他自幼习得端正礼仪,恪守将门分寸,一身风骨素来利落肃穆,从未做过这般轻俏顽闹的事。少年心性本就内敛端稳,这般簪花嬉戏,于他而言太过羞赧。
可虞悦半点不肯依他,仰着小脸理直气壮反驳:“谁规定男子不能戴花了?”
“大漠的花,开给天地,也能戴给喜欢的人看。”
她说得坦荡纯粹,九岁心思澄澈无垢,不懂风月俏皮,只觉好看便要给他尽数戴上。
话音落,她挣脱他的手,不再听他推辞。
一簇簇野花,认认真真、挨挨挤挤,尽数往他的发间、鬓边、发顶插去。
陆瑜避了两次,见她眼神执着、眉眼欢喜,所有推辞的话尽数卡在喉间。
终究是舍不得扫她半分兴致。
他无奈敛了动作,端坐原地,任由她肆意摆弄,任由细碎繁花缀满乌黑发丝。
少年身姿挺拔端正,眉眼清隽冷冽,本是沙场砺出的沉稳风骨,此刻鬓边繁花簇簇,冷肃气质被温柔打散,生出一种极致反差的好看。
插完最后一朵小花,虞悦退后两步,认认真真端详片刻,眼底漾开明亮笑意,直白又恳切地夸赞:“哥哥本来就长得好看,戴了花,就更好看了。”
童言无忌,字字真诚。
没有半分戏谑胡闹,是打心底里觉得,他配得上世间所有鲜活美好。
陆瑜垂着眸,耳根红意愈浓,连脖颈都染着淡淡的薄羞。
他素来沉静内敛,极少被人这般直白夸赞,更何况是这般孩童气的捉弄嬉闹,心底又羞又软,无奈又纵容,偏偏半句责备的话也说不出口。
只能静静坐着,任由她赏玩打量,将所有别扭羞涩,尽数藏在眼底温柔里。
春风拂过,鬓边花枝轻颤,花香浅浅,岁月温柔得不像话。
嬉闹尽兴,日头也渐渐西沉,暮色漫过整片荒原,落日熔金,晚风渐凉。
玩了整整一日,奔跑、打滚、嬉闹,虞悦早已疲累缠身。
方才的鲜活雀意慢慢褪去,眼皮渐渐发沉,脚步也变得虚软,困意层层翻涌,只习惯性地往陆瑜身侧靠。
“哥哥……天黑了。
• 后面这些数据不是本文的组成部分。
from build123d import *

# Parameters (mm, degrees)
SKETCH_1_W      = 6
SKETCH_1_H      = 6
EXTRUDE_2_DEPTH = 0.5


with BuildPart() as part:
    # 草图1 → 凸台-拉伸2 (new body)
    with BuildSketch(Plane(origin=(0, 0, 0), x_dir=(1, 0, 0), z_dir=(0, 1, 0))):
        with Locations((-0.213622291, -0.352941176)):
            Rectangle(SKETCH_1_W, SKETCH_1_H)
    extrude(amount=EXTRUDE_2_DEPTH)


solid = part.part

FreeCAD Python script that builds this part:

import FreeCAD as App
import Part
import Sketcher
from FreeCAD import Vector


def add_polygon(sketch, points):
    """Adds a closed chain of lines whose ends are joined by coincident constraints."""
    first, n = sketch.GeometryCount, len(points)
    for a, b in zip(points, points[1:] + points[:1]):
        sketch.addGeometry(Part.LineSegment(App.Vector(*a, 0), App.Vector(*b, 0)), False)
    for i in range(n):
        sketch.addConstraint(Sketcher.Constraint("Coincident", first + i, 2, first + (i + 1) % n, 1))

doc = App.newDocument("Part")
body = doc.addObject("PartDesign::Body", "Body")

# Sketch on XZ plane
sketch1 = body.newObject("Sketcher::SketchObject", "Sketch")
sketch1.AttachmentSupport = (doc.getObject("XZ_Plane"), [""])
sketch1.MapMode = "FlatFace"
add_polygon(sketch1, [(-3, -3), (-3, 3), (3, 3), (3, -3)])  # lines 0-3
sketch1.addConstraint([
    Sketcher.Constraint("Vertical", 0),
    Sketcher.Constraint("Horizontal", 1),
    Sketcher.Constraint("Vertical", 2),
    Sketcher.Constraint("Horizontal", 3),
    Sketcher.Constraint("Equal", 3, 0),
    Sketcher.Constraint("DistanceX", 1, 1, 1, 2, 6.0),
    Sketcher.Constraint("DistanceY", -1, 1, 0, 2, 3.352941),
    Sketcher.Constraint("DistanceX", 0, 2, -1, 1, 3.213622),
])
pad1 = body.newObject("PartDesign::Pad", "Pad")
pad1.Profile = sketch1
pad1.Length = 0.5
pad1.Reversed = True

doc.recompute()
”
她嗓音软糯发蔫,脑袋昏沉,连睁眼都费力。
陆瑜见状,不再逗她,俯身轻轻将人打横抱起。
怀中人软软依偎,脑袋靠在他肩头,眨眼间便困得睁不开眼,小手还浅浅攥着他的衣襟,牢牢不肯松开。
暮色辽阔,风沙温柔。
他抱着沉沉欲睡的虞悦,步履稳而快,迎着落日余晖,一路稳稳奔回军营。
全程护得极妥,稳稳托着她的膝弯与脊背,避开路上所有碎石坎坷,半点颠簸都不舍得让她受。
入帐之后,夜色已深。
陆瑜轻手轻脚将她放在榻上,生怕惊扰她睡意。
替她拂去发间草屑、摘净残留的花瓣,褪去沾染风沙的外衣,又仔细掖好厚实锦被,将边角压得严丝合缝,挡住帐中微凉夜风。
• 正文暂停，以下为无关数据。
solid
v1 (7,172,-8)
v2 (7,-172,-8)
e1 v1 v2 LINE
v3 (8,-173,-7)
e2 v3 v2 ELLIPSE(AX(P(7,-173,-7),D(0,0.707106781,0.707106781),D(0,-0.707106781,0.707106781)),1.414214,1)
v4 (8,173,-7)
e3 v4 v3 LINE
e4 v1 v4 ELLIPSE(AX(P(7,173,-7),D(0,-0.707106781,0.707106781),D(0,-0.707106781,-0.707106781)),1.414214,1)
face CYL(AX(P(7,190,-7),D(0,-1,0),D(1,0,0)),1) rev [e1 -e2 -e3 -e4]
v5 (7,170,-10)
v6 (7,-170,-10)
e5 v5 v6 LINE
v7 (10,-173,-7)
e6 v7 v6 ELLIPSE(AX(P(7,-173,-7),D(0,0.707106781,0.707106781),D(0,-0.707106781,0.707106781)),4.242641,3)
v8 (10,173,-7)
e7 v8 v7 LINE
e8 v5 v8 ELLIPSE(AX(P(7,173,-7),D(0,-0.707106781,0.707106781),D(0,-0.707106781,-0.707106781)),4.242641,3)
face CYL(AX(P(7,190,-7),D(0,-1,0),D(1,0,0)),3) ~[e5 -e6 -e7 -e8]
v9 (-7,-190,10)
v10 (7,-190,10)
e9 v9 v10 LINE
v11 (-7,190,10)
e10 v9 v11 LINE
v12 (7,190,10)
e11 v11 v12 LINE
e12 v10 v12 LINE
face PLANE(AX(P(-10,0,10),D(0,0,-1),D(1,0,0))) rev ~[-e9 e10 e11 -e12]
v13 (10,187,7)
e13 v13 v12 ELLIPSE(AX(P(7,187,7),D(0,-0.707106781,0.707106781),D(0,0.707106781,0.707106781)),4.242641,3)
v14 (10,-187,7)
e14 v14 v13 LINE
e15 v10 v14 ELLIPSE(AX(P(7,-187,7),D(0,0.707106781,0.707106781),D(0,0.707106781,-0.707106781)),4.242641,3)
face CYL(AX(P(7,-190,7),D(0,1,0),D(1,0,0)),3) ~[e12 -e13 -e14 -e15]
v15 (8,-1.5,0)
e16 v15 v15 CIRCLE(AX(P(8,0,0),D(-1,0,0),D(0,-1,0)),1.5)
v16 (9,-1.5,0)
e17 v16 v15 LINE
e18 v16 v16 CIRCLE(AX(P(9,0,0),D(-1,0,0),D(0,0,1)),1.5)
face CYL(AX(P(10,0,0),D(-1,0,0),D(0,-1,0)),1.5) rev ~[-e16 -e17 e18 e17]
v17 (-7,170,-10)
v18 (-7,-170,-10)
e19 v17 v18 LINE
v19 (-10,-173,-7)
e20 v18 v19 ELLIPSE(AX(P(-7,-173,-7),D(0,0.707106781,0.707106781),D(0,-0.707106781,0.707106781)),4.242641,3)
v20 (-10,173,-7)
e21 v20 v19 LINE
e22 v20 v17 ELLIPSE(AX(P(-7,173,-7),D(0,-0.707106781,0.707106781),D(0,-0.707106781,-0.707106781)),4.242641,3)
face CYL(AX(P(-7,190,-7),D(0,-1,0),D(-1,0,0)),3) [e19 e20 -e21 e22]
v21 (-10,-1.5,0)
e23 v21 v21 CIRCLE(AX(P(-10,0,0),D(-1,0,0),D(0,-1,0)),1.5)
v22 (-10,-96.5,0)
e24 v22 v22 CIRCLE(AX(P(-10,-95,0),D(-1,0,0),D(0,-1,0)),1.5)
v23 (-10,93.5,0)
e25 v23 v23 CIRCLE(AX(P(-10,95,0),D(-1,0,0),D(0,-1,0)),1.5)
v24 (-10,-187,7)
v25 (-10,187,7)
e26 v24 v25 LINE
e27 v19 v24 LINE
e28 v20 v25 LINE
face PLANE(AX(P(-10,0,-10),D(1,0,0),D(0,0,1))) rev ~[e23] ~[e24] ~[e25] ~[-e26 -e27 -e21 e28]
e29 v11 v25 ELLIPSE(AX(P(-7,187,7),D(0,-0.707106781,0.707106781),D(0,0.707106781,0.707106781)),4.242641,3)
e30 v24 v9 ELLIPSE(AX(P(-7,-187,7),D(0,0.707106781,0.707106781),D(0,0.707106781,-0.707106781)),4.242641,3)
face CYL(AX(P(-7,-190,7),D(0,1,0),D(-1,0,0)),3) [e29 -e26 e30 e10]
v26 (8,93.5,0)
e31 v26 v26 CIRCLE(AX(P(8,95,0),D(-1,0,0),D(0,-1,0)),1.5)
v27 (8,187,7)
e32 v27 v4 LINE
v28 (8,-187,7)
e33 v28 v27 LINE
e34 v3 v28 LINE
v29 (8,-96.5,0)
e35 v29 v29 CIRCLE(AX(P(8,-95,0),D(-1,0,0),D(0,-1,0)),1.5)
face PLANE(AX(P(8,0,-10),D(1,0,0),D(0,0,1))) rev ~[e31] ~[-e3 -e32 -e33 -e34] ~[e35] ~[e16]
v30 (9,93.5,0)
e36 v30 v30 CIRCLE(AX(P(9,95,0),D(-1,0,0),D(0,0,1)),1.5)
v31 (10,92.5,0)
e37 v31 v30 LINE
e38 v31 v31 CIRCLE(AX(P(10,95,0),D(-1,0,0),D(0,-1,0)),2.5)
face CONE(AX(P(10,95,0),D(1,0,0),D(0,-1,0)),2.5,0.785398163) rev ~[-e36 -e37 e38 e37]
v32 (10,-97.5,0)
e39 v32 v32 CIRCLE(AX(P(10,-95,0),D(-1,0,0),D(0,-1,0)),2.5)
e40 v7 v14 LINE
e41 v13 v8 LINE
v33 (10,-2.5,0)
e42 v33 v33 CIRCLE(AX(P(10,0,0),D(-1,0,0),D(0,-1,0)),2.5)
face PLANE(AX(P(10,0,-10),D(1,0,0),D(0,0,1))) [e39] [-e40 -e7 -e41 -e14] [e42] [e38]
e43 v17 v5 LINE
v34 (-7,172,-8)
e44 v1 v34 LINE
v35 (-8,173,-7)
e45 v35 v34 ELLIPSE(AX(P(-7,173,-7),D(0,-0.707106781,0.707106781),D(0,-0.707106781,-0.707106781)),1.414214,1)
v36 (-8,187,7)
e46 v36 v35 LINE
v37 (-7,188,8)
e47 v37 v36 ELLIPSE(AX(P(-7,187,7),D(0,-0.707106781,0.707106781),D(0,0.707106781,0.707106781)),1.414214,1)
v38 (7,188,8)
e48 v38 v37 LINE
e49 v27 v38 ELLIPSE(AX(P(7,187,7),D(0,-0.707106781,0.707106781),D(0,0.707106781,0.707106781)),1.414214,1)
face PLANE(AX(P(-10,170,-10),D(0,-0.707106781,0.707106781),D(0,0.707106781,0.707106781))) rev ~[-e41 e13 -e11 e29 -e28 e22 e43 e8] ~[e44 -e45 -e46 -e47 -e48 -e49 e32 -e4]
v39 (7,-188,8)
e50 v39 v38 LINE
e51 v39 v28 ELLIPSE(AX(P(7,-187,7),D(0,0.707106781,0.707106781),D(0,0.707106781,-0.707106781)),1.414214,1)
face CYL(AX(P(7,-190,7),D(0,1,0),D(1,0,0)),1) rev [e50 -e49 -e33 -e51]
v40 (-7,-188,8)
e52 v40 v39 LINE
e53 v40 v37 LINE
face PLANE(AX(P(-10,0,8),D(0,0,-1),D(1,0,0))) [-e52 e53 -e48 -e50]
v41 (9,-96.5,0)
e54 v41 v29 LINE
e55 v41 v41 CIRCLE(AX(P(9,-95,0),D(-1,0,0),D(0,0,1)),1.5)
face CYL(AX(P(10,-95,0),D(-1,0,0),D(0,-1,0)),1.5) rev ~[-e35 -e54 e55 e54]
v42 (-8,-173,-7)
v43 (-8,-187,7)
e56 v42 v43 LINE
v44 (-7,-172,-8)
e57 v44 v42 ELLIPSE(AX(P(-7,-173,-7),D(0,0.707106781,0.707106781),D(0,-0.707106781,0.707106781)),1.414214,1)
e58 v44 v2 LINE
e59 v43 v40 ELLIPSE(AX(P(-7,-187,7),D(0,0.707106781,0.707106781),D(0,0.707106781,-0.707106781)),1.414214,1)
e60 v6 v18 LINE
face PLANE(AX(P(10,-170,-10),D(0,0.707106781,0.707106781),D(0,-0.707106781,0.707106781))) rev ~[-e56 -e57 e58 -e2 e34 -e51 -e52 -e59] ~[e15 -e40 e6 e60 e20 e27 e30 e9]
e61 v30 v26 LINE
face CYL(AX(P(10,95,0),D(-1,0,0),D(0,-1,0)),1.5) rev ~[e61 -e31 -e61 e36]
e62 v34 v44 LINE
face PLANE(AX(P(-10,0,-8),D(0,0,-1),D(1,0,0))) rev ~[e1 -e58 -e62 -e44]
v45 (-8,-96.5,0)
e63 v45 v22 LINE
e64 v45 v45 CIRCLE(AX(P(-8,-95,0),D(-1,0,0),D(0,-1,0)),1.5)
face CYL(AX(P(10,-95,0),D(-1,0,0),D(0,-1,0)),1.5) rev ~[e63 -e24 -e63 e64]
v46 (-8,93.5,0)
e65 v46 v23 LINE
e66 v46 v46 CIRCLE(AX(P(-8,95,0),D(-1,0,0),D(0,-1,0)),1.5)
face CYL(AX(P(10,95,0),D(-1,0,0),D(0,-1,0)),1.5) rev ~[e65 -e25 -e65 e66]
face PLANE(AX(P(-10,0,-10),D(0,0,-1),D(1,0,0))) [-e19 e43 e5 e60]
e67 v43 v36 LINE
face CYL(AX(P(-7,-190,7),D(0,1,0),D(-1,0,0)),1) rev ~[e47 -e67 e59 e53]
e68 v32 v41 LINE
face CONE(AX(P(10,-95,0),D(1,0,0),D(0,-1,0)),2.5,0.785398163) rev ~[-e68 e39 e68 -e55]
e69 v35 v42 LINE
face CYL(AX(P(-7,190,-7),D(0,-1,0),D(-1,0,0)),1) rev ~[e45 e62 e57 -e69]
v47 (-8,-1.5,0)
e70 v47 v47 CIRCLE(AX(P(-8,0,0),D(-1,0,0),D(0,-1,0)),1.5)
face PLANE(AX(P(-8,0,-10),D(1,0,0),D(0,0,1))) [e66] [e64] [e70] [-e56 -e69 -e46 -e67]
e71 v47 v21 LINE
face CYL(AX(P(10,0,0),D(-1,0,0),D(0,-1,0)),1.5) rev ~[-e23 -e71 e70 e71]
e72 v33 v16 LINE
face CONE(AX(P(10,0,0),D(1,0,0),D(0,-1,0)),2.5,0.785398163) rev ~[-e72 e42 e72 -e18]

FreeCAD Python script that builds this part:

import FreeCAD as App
import Part
import Sketcher
Q = App.Units.Quantity


def edges_at(feature, points):
    """Names of the edges that pass closest to the given points."""
    edges = feature.Shape.Edges
    near = lambda p: min(range(len(edges)), key=lambda i: edges[i].distToShape(Part.Vertex(*p))[0])
    return sorted({f"Edge{near(p) + 1}" for p in points})


def faces_at(feature, points):
    """Names of the faces that lie closest to the given points."""
    faces = feature.Shape.Faces
    near = lambda p: min(range(len(faces)), key=lambda i: faces[i].distToShape(Part.Vertex(*p))[0])
    return sorted({f"Face{near(p) + 1}" for p in points})

doc = App.newDocument("Part")
body = doc.addObject("PartDesign::Body", "Body")

sketch1 = body.newObject("Sketcher::SketchObject", "Sketch")
sketch1.AttachmentSupport = (doc.getObject("XZ_Plane"), [""])
sketch1.MapMode = "FlatFace"
sketch1.addGeometry(Part.LineSegment(App.Vector(-10, 10, 0), App.Vector(-10, -10, 0)), False)
sketch1.addGeometry(Part.LineSegment(App.Vector(-10, -10, 0), App.Vector(10, -10, 0)), False)
sketch1.addGeometry(Part.LineSegment(App.Vector(10, -10, 0), App.Vector(10, 10, 0)), False)
sketch1.addGeometry(Part.LineSegment(App.Vector(10, 10, 0), App.Vector(-10, 10, 0)), False)
sketch1.addConstraint(Sketcher.Constraint("Coincident", 0, 2, 1, 1))
sketch1.addConstraint(Sketcher.Constraint("Coincident", 1, 2, 2, 1))
sketch1.addConstraint(Sketcher.Constraint("Coincident", 2, 2, 3, 1))
sketch1.addConstraint(Sketcher.Constraint("Coincident", 3, 2, 0, 1))
sketch1.addConstraint(Sketcher.Constraint("Vertical", 0))
sketch1.addConstraint(Sketcher.Constraint("Horizontal", 1))
sketch1.addConstraint(Sketcher.Constraint("Vertical", 2))
sketch1.addConstraint(Sketcher.Constraint("Horizontal", 3))
sketch1.addConstraint(Sketcher.Constraint("Symmetric", 0, 2, 2, 2, -1, 1))
sketch1.addConstraint(Sketcher.Constraint("Equal", 3, 0))
sketch1.addConstraint(Sketcher.Constraint("DistanceX", 1, 1, 1, 2, Q("20 mm")))
pad1 = body.newObject("PartDesign::Pad", "Pad")
pad1.Profile = sketch1
pad1.Length = 380
pad1.Midplane = True
doc.recompute()

fillet = body.newObject("PartDesign::Fillet", "Fillet")
fillet.Base = (pad1, edges_at(pad1, [
    (10, 0, 10),
    (-10, 0, 10),
    (10, 0, -10),
    (-10, 0, -10),
]))
fillet.Radius = 3
doc.recompute()

thickness = body.newObject("PartDesign::Thickness", "Thickness")
thickness.Base = (fillet, faces_at(fillet, [(0, -190, 0), (0, 190, 0)]))
thickness.Value = 2
thickness.Reversed = True
thickness.Join = "Arc"

sketch2 = body.newObject("Sketcher::SketchObject", "Sketch001")
sketch2.AttachmentSupport = (doc.getObject("YZ_Plane"), [""])
sketch2.MapMode = "FlatFace"
sketch2.AttachmentOffset = App.Placement(App.Vector(0, 0, -10), App.Rotation())
sketch2.addGeometry(Part.LineSegment(App.Vector(190, 10, 0), App.Vector(190, -10, 0)), False)
sketch2.addGeometry(Part.LineSegment(App.Vector(190, -10, 0), App.Vector(170, -10, 0)), False)
sketch2.addGeometry(Part.LineSegment(App.Vector(170, -10, 0), App.Vector(190, 10, 0)), False)
sketch2.addConstraint(Sketcher.Constraint("Coincident", 0, 2, 1, 1))
sketch2.addConstraint(Sketcher.Constraint("Coincident", 1, 2, 2, 1))
sketch2.addConstraint(Sketcher.Constraint("Coincident", 2, 2, 0, 1))
sketch2.addConstraint(Sketcher.Constraint("Vertical", 0))
sketch2.addConstraint(Sketcher.Constraint("Horizontal", 1))
sketch2.addConstraint(Sketcher.Constraint("Equal", 1, 0))
sketch2.addConstraint(Sketcher.Constraint("DistanceX", 1, 2, 1, 1, Q("20 mm")))
sketch2.addConstraint(Sketcher.Constraint("DistanceX", -1, 1, 0, 2, Q("190 mm")))
sketch2.addConstraint(Sketcher.Constraint("DistanceY", 0, 2, -1, 1, Q("10 mm")))
pocket1 = body.newObject("PartDesign::Pocket", "Pocket")
pocket1.Profile = sketch2
pocket1.Type = "ThroughAll"
pocket1.Reversed = True

sketch3 = body.newObject("Sketcher::SketchObject", "Sketch002")
sketch3.AttachmentSupport = (doc.getObject("YZ_Plane"), [""])
sketch3.MapMode = "FlatFace"
sketch3.AttachmentOffset = App.Placement(App.Vector(0, 0, 10), App.Rotation())
sketch3.addGeometry(Part.LineSegment(App.Vector(-190, -10, 0), App.Vector(-170, -10, 0)), False)
sketch3.addGeometry(Part.LineSegment(App.Vector(-170, -10, 0), App.Vector(-190, 10, 0)), False)
sketch3.addGeometry(Part.LineSegment(App.Vector(-190, 10, 0), App.Vector(-190, -10, 0)), False)
sketch3.addConstraint(Sketcher.Constraint("Coincident", 0, 2, 1, 1))
sketch3.addConstraint(Sketcher.Constraint("Coincident", 1, 2, 2, 1))
sketch3.addConstraint(Sketcher.Constraint("Coincident", 2, 2, 0, 1))
sketch3.addConstraint(Sketcher.Constraint("Horizontal", 0))
sketch3.addConstraint(Sketcher.Constraint("Vertical", 2))
sketch3.addConstraint(Sketcher.Constraint("Equal", 0, 2))
sketch3.addConstraint(Sketcher.Constraint("DistanceX", 0, 1, 0, 2, Q("20 mm")))
sketch3.addConstraint(Sketcher.Constraint("DistanceX", 0, 2, -1, 1, Q("170 mm")))
sketch3.addConstraint(Sketcher.Constraint("DistanceY", 0, 2, -1, 1, Q("10 mm")))
pocket2 = body.newObject("PartDesign::Pocket", "Pocket001")
pocket2.Profile = sketch3
pocket2.Type = "ThroughAll"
做完这一切,他静静立在榻边,垂眸望着她安稳熟睡的眉眼。
帐外夜色寂静,帐内灯火温柔。
今日一日,山野追风,草野打滚,鬓边簪花,落日同归。
看似寻常琐碎的朝夕嬉闹,却填满了他整片心口。
从前他的日子,只剩练武、读书、砺骨、守责,清冷克制,从无半分闲趣欢愉。
可自她相伴,岁岁朝夕,日日鲜活。
他看着她肆意烂漫、无忧坦荡,心底便满当当的踏实与欢喜。
纵容她的胡闹,接纳她的顽皮,珍藏她纯粹的夸赞,守护她所有的无忧。
这一日充实圆满,心底暖意绵长。
陆瑜静静伫立片刻,眼底盛满化不开的温柔。
这般岁岁安然,朝夕相伴,便是他此生,最心甘情愿的圆满。